- _WHAT IS NEEDED_: The entries below contain a line with "POCKET006_DEPTH = 1.75" and a line with "-75.2477458977), (91.0775708651, -81.4643061584))". Retype exactly everything from the first down to the second, both included, and nothing else.

- _ENTRIES SHOWN_:
# # # # #

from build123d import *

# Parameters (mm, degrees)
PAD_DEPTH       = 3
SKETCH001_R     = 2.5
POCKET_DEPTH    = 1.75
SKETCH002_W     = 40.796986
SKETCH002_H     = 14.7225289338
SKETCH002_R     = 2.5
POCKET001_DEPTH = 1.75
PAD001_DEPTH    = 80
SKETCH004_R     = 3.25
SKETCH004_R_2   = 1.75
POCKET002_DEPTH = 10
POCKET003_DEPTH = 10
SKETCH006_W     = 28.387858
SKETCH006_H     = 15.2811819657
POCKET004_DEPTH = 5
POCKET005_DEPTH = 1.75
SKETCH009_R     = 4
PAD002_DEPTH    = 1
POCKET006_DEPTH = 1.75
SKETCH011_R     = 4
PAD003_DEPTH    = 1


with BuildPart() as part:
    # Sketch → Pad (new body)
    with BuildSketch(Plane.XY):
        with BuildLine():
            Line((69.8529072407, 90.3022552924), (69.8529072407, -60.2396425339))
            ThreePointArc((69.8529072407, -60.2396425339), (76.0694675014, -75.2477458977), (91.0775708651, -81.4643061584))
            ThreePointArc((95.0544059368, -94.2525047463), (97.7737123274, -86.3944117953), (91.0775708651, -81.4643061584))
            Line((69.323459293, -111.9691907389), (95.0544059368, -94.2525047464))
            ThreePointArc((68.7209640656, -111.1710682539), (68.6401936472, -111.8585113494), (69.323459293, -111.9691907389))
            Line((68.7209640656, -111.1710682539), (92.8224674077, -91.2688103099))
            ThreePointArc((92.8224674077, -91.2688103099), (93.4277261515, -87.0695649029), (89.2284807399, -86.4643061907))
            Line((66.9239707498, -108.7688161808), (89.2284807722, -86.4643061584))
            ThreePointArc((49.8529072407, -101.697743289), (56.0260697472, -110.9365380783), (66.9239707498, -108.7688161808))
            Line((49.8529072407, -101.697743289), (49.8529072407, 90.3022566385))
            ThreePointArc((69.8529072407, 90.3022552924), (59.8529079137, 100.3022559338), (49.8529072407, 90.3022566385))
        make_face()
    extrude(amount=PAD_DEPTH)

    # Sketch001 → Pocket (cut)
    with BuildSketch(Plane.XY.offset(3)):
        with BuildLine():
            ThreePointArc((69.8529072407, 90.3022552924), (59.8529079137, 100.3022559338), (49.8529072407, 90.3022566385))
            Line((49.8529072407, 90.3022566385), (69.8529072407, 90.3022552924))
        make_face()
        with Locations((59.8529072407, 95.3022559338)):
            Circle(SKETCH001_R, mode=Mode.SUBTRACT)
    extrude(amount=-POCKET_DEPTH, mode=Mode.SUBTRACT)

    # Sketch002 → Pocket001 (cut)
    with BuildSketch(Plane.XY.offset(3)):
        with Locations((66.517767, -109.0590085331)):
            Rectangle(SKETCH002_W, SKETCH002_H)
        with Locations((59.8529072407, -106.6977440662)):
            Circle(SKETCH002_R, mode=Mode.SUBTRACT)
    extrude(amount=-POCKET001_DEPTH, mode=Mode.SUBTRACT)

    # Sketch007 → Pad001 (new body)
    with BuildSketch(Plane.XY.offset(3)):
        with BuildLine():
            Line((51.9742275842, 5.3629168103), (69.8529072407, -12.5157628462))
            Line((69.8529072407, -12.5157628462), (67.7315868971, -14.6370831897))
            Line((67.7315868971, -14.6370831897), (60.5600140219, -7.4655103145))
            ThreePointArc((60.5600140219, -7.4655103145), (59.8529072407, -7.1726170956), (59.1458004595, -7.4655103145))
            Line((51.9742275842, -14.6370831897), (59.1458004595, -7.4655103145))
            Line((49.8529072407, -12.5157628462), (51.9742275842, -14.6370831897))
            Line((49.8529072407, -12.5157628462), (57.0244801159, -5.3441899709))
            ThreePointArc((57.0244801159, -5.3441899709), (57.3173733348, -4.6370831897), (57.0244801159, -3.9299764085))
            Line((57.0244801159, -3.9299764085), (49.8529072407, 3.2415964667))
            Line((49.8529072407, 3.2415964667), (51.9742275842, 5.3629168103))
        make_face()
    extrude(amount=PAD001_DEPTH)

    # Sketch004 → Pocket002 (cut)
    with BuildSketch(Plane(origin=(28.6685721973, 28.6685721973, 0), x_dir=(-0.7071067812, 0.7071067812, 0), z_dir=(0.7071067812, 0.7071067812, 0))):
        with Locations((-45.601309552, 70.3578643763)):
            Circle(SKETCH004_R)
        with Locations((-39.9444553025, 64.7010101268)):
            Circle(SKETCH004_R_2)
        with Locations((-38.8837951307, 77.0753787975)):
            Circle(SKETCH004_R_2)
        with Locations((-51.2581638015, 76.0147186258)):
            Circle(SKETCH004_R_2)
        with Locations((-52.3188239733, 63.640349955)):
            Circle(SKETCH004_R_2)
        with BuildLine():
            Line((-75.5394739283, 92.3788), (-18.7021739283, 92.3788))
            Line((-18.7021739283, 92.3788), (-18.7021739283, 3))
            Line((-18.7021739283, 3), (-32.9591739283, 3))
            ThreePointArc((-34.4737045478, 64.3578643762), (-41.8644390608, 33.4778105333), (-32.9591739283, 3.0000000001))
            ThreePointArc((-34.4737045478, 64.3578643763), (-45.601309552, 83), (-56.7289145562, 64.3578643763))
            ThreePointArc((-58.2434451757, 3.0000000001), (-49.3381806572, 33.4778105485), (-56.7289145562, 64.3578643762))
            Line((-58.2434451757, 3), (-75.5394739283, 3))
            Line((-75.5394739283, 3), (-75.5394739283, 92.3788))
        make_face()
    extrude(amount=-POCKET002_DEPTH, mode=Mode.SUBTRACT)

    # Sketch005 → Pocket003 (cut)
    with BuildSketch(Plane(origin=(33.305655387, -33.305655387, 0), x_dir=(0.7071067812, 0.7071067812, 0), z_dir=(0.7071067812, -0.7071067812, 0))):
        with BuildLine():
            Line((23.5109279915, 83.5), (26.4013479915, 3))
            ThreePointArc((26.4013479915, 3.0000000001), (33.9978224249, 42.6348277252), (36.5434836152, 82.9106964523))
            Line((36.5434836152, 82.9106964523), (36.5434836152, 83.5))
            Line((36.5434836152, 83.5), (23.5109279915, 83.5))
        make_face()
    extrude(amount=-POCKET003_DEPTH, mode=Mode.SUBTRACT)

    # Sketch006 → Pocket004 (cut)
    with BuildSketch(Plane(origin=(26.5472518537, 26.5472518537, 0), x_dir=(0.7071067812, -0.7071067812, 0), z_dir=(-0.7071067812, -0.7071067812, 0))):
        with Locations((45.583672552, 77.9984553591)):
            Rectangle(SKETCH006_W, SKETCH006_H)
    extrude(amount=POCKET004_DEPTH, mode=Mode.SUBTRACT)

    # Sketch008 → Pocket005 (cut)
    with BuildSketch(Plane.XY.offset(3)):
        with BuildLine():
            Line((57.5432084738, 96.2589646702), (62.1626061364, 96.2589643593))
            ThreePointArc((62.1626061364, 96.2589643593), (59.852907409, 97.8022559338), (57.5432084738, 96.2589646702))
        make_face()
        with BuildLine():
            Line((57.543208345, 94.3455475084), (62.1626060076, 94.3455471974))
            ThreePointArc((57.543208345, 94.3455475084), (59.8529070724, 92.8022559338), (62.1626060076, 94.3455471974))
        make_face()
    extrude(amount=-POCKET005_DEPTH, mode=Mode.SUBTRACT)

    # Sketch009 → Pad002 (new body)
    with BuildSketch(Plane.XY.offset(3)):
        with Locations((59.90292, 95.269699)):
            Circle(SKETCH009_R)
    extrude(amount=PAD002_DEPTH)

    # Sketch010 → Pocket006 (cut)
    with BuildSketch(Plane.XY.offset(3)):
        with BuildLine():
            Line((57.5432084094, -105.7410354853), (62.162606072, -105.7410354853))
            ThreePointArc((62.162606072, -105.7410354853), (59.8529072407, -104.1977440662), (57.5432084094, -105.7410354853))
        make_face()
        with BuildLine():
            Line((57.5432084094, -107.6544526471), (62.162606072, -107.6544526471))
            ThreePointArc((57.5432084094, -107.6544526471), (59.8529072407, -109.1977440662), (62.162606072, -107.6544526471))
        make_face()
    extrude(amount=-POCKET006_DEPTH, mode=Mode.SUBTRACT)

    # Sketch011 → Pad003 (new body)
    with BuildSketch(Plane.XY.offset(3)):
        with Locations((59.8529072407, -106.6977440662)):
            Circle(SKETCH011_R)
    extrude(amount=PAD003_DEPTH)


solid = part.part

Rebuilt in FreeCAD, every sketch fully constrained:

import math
import FreeCAD as App
import Part
import Sketcher
Q = App.Units.Quantity


def add_polygon(sketch, points):
    """Adds a closed chain of lines whose ends are joined by coincident constraints."""
    first, n = sketch.GeometryCount, len(points)
    for a, b in zip(points, points[1:] + points[:1]):
        sketch.addGeometry(Part.LineSegment(App.Vector(*a, 0), App.Vector(*b, 0)), False)
    for i in range(n):
        sketch.addConstraint(Sketcher.Constraint("Coincident", first + i, 2, first + (i + 1) % n, 1))

doc = App.newDocument("Part")
body = doc.addObject("PartDesign::Body", "Body")

# Sketch on XY plane
sketch1 = body.newObject("Sketcher::SketchObject", "Sketch")
sketch1.AttachmentSupport = (doc.getObject("XY_Plane"), [""])
sketch1.MapMode = "FlatFace"
sketch1.addGeometry([
    Part.LineSegment(App.Vector(69.9, -60.2, 0), App.Vector(69.9, 90.3, 0)),  # 0
    Part.ArcOfCircle(Part.Circle(App.Vector(59.9, 90.3, 0), App.Vector(0, 0, 1), 10), math.radians(0), math.radians(180)),  # 1
    Part.LineSegment(App.Vector(49.9, 90.3, 0), App.Vector(49.9, -101.7, 0)),  # 2
    Part.ArcOfCircle(Part.Circle(App.Vector(59.9, -101.7, 0), App.Vector(0, 0, 1), 10), math.radians(180), math.radians(315)),  # 3
    Part.LineSegment(App.Vector(66.9, -108.8, 0), App.Vector(89.2, -86.5, 0)),  # 4
    Part.ArcOfCircle(Part.Circle(App.Vector(91, -88.9, 0), App.Vector(0, 0, 1), 3), math.radians(-53), math.radians(127)),  # 5
    Part.LineSegment(App.Vector(92.8, -91.3, 0), App.Vector(68.7, -111.2, 0)),  # 6
    Part.ArcOfCircle(Part.Circle(App.Vector(69, -111.6, 0), App.Vector(0, 0, 1), 0.5), math.radians(130), math.radians(305)),  # 7
    Part.LineSegment(App.Vector(69.3, -112, 0), App.Vector(95.1, -94.3, 0)),  # 8
    Part.ArcOfCircle(Part.Circle(App.Vector(91.1, -88.5, 0), App.Vector(0, 0, 1), 7), math.radians(-55), math.radians(90)),  # 9
    Part.ArcOfCircle(Part.Circle(App.Vector(91.1, -60.2, 0), App.Vector(0, 0, 1), 21.2), math.radians(-180), math.radians(-90)),  # 10
], False)
sketch1.addConstraint([
    Sketcher.Constraint("Tangent", 0, 2, 1, 1),
    Sketcher.Constraint("Tangent", 1, 2, 2, 1),
    Sketcher.Constraint("Tangent", 2, 2, 3, 1),
    Sketcher.Constraint("Tangent", 3, 2, 4, 1),
    Sketcher.Constraint("Coincident", 4, 2, 5, 2),
    Sketcher.Constraint("Coincident", 5, 1, 6, 1),
    Sketcher.Constraint("Tangent", 6, 2, 7, 1),
    Sketcher.Constraint("Tangent", 7, 2, 8, 1),
    Sketcher.Constraint("Coincident", 8, 2, 9, 1),
    Sketcher.Constraint("Tangent", 9, 2, 10, 2),
    Sketcher.Constraint("Tangent", 10, 1, 0, 1),
    Sketcher.Constraint("Vertical", 0),
    Sketcher.Constraint("Vertical", 2),
    Sketcher.Constraint("Equal", 1, 3),
    Sketcher.Constraint("Vertical", 9, 3, 10, 3),
    Sketcher.Constraint("Radius", 1, 10.0),
    Sketcher.Constraint("Radius", 5, 3.0),
    Sketcher.Constraint("DistanceY", 2, 2, 2, 1, 192.0),
    Sketcher.Constraint("Angle", 4, Q("45 deg")),
    Sketcher.Constraint("DistanceY", 4, 2, 9, 2, 5.0),
    Sketcher.Constraint("Radius", 9, 7.012451),
    Sketcher.Constraint("Radius", 7, 0.500476),
    Sketcher.Constraint("Radius", 10, 21.224664),
    Sketcher.Constraint("Distance", 8, 31.2404),
    Sketcher.Constraint("DistanceY", 5, 3, 9, 3, 0.389801),
    Sketcher.Constraint("DistanceY", 10, 3, 1, 2, 150.541898),
    Sketcher.Constraint("DistanceY", 8, 2, 4, 2, 7.788199),
    Sketcher.Constraint("DistanceY", 5, 3, -1, 1, 88.866558),
    Sketcher.Constraint("DistanceX", -1, 1, 9, 3, 91.077571),
    Sketcher.Constraint("DistanceY", 5, 1, -1, 1, 91.26881),
    Sketcher.Constraint("DistanceY", 6, 2, -1, 1, 111.171068),
])
pad1 = body.newObject("PartDesign::Pad", "Pad")
pad1.Profile = sketch1
pad1.Length = 3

# # # # #

- _WRITTEN ANSWER_:
POCKET006_DEPTH = 1.75
SKETCH011_R     = 4
PAD003_DEPTH    = 1


with BuildPart() as part:
    # Sketch → Pad (new body)
    with BuildSketch(Plane.XY):
        with BuildLine():
            Line((69.8529072407, 90.3022552924), (69.8529072407, -60.2396425339))
            ThreePointArc((69.8529072407, -60.2396425339), (76.0694675014, -75.2477458977), (91.0775708651, -81.4643061584))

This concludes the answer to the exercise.